What’s Mine and Yours is Hers

If he sees that you are upset about the loss to your husband’s learning, he’ll reconsider

His mission was her mission.

Rav Tzvi Kushelevsky, a towering talmid chacham, held many prestigious positions spreading Torah across Europe and Israel — each one requiring yet another move to a new place. And his loyal rebbetzin, Sarah Leah (Toki) Kushelevsky, gladly trekked to each new locale along with him. If he was where he was needed, that was her place too, and she was happy to be there.

The self-sacrifice of the Rebbetzin for her husband and his Torah was such that when her husband’s yeshivah Heichal HaTorah needed funds to complete its building, she sold the apartment they owned in Har Nof to finance it and moved into a rental apartment. For the Rebbetzin, a home for the yeshivah came before her own home.

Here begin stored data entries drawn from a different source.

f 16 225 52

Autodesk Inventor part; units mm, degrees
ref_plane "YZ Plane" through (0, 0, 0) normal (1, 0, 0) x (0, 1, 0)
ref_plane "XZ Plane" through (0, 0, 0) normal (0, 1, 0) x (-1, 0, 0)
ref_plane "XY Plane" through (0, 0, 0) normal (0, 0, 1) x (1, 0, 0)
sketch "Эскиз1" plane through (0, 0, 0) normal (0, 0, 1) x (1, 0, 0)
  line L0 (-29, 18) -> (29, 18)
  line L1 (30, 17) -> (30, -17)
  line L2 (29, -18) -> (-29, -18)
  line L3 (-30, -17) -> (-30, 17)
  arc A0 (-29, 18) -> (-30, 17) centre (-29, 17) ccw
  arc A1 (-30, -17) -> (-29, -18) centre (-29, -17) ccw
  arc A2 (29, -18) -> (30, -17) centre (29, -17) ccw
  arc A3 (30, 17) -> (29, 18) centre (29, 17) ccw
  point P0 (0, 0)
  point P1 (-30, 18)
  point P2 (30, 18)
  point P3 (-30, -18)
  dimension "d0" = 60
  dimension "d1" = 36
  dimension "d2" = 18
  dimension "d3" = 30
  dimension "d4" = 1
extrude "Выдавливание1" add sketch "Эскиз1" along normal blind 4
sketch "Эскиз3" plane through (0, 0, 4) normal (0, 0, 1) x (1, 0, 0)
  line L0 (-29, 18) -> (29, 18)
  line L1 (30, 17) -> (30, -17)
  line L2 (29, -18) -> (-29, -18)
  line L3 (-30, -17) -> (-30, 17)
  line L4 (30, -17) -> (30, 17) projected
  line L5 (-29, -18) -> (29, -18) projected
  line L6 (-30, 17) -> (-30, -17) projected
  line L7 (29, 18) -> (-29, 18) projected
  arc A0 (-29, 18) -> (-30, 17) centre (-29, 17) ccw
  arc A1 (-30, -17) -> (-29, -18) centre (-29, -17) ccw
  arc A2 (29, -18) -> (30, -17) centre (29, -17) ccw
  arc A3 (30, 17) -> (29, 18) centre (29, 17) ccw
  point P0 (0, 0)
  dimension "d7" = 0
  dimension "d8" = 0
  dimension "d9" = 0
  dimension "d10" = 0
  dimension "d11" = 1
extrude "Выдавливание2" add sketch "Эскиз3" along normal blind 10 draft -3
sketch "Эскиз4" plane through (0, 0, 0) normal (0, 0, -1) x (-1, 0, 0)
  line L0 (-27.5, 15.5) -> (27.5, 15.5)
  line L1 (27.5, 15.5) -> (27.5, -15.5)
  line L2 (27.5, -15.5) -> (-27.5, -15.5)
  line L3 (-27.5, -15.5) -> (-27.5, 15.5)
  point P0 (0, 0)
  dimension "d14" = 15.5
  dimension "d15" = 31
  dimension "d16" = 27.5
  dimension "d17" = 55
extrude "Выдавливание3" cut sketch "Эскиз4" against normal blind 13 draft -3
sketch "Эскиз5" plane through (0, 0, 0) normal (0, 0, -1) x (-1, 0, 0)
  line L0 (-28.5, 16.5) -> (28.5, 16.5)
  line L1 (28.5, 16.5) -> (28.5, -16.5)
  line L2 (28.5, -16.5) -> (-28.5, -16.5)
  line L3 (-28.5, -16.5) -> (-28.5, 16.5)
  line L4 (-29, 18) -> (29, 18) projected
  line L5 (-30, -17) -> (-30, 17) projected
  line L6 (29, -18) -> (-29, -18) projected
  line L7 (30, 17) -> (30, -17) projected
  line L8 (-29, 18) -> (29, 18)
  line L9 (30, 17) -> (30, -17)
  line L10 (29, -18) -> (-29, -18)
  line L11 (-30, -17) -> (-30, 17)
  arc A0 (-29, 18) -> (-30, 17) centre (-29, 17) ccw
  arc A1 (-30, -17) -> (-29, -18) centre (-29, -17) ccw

It’s no surprise, then, that the yeshivah became her home and its students, her children.

Strong Roots

Middos and yiras Shamayim were as much part of the Rebbetzin’s essence as her astute intelligence — all trademarks of her distinguished lineage. As her sister-in-law and cousin Rebbetzin Sarah Gurwicz puts it, “She inherited these from her parents and grandparents — they were part of her upbringing.”

When Rav Elyah Lopian’s eldest daughter, Chana Liba, came of age, he left London and went back to his Lithuanian birthplace to find her a chassan. In the Mir, he found what he was seeking — young Leib Kushelevsky (who subsequently changed his name to Gurwicz, his mother’s maiden name, to enable him to leave Lithuania without legal problems).

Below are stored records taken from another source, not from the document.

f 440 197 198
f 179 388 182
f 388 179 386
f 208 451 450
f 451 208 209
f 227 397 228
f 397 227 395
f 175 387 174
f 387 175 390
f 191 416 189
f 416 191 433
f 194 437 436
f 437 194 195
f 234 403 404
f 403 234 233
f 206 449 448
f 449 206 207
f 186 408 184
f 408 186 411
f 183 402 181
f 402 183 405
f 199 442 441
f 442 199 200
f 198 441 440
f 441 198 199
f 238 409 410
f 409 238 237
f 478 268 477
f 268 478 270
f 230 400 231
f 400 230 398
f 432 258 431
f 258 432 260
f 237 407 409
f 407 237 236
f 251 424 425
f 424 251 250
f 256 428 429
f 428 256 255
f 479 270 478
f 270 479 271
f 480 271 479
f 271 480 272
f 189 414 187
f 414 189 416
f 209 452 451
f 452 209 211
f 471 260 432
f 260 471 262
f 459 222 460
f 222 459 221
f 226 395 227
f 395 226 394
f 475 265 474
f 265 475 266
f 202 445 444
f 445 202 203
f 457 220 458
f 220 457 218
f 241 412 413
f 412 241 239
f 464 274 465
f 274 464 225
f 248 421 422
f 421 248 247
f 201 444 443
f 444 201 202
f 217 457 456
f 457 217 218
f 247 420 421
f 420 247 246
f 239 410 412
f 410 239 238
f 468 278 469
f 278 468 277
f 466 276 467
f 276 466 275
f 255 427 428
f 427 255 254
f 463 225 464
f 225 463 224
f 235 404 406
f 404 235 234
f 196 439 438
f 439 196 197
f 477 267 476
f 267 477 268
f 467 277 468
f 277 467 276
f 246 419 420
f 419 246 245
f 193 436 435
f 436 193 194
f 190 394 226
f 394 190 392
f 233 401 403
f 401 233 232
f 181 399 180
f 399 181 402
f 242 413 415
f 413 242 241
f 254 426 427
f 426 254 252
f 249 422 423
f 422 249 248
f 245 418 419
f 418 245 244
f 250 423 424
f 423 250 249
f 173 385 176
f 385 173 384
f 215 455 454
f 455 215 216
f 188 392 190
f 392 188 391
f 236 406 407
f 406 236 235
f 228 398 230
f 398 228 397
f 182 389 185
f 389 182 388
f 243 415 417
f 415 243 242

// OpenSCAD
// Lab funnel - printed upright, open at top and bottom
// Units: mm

The famed mashgiach of Mir, Rav Yerucham Levovitz, suggested that Leib ask the Chofetz Chaim whether he should pursue a shidduch from England — a place at that time devoid of Torah — even if he had the intention of returning to live in Mir. The Chofetz Chaim’s cryptic reply was, “Baruch Podeh u’Matzil [Blessed is the One Who redeems and saves].” Young Leib asked Rav Yerucham Levovitz for an explanation, and he told the young man that the Chofetz Chaim had intended him to leave. The prophetic reply became clear when Rav Leib was saved from the inferno that soon engulfed Lithuanian Jewry.

With the shidduch in place, Rav Elyah returned to London. But during the engagement period, his own rebbetzin, Sarah Leah Lopian, suddenly passed away at age 49, leaving 13 orphans. Chana Liba wrote to her chassan, explaining that she was unable to go through with the plan to move to Mir — she was needed at home to raise the children. As to the shidduch, she left it to Rav Leib to decide as he wished.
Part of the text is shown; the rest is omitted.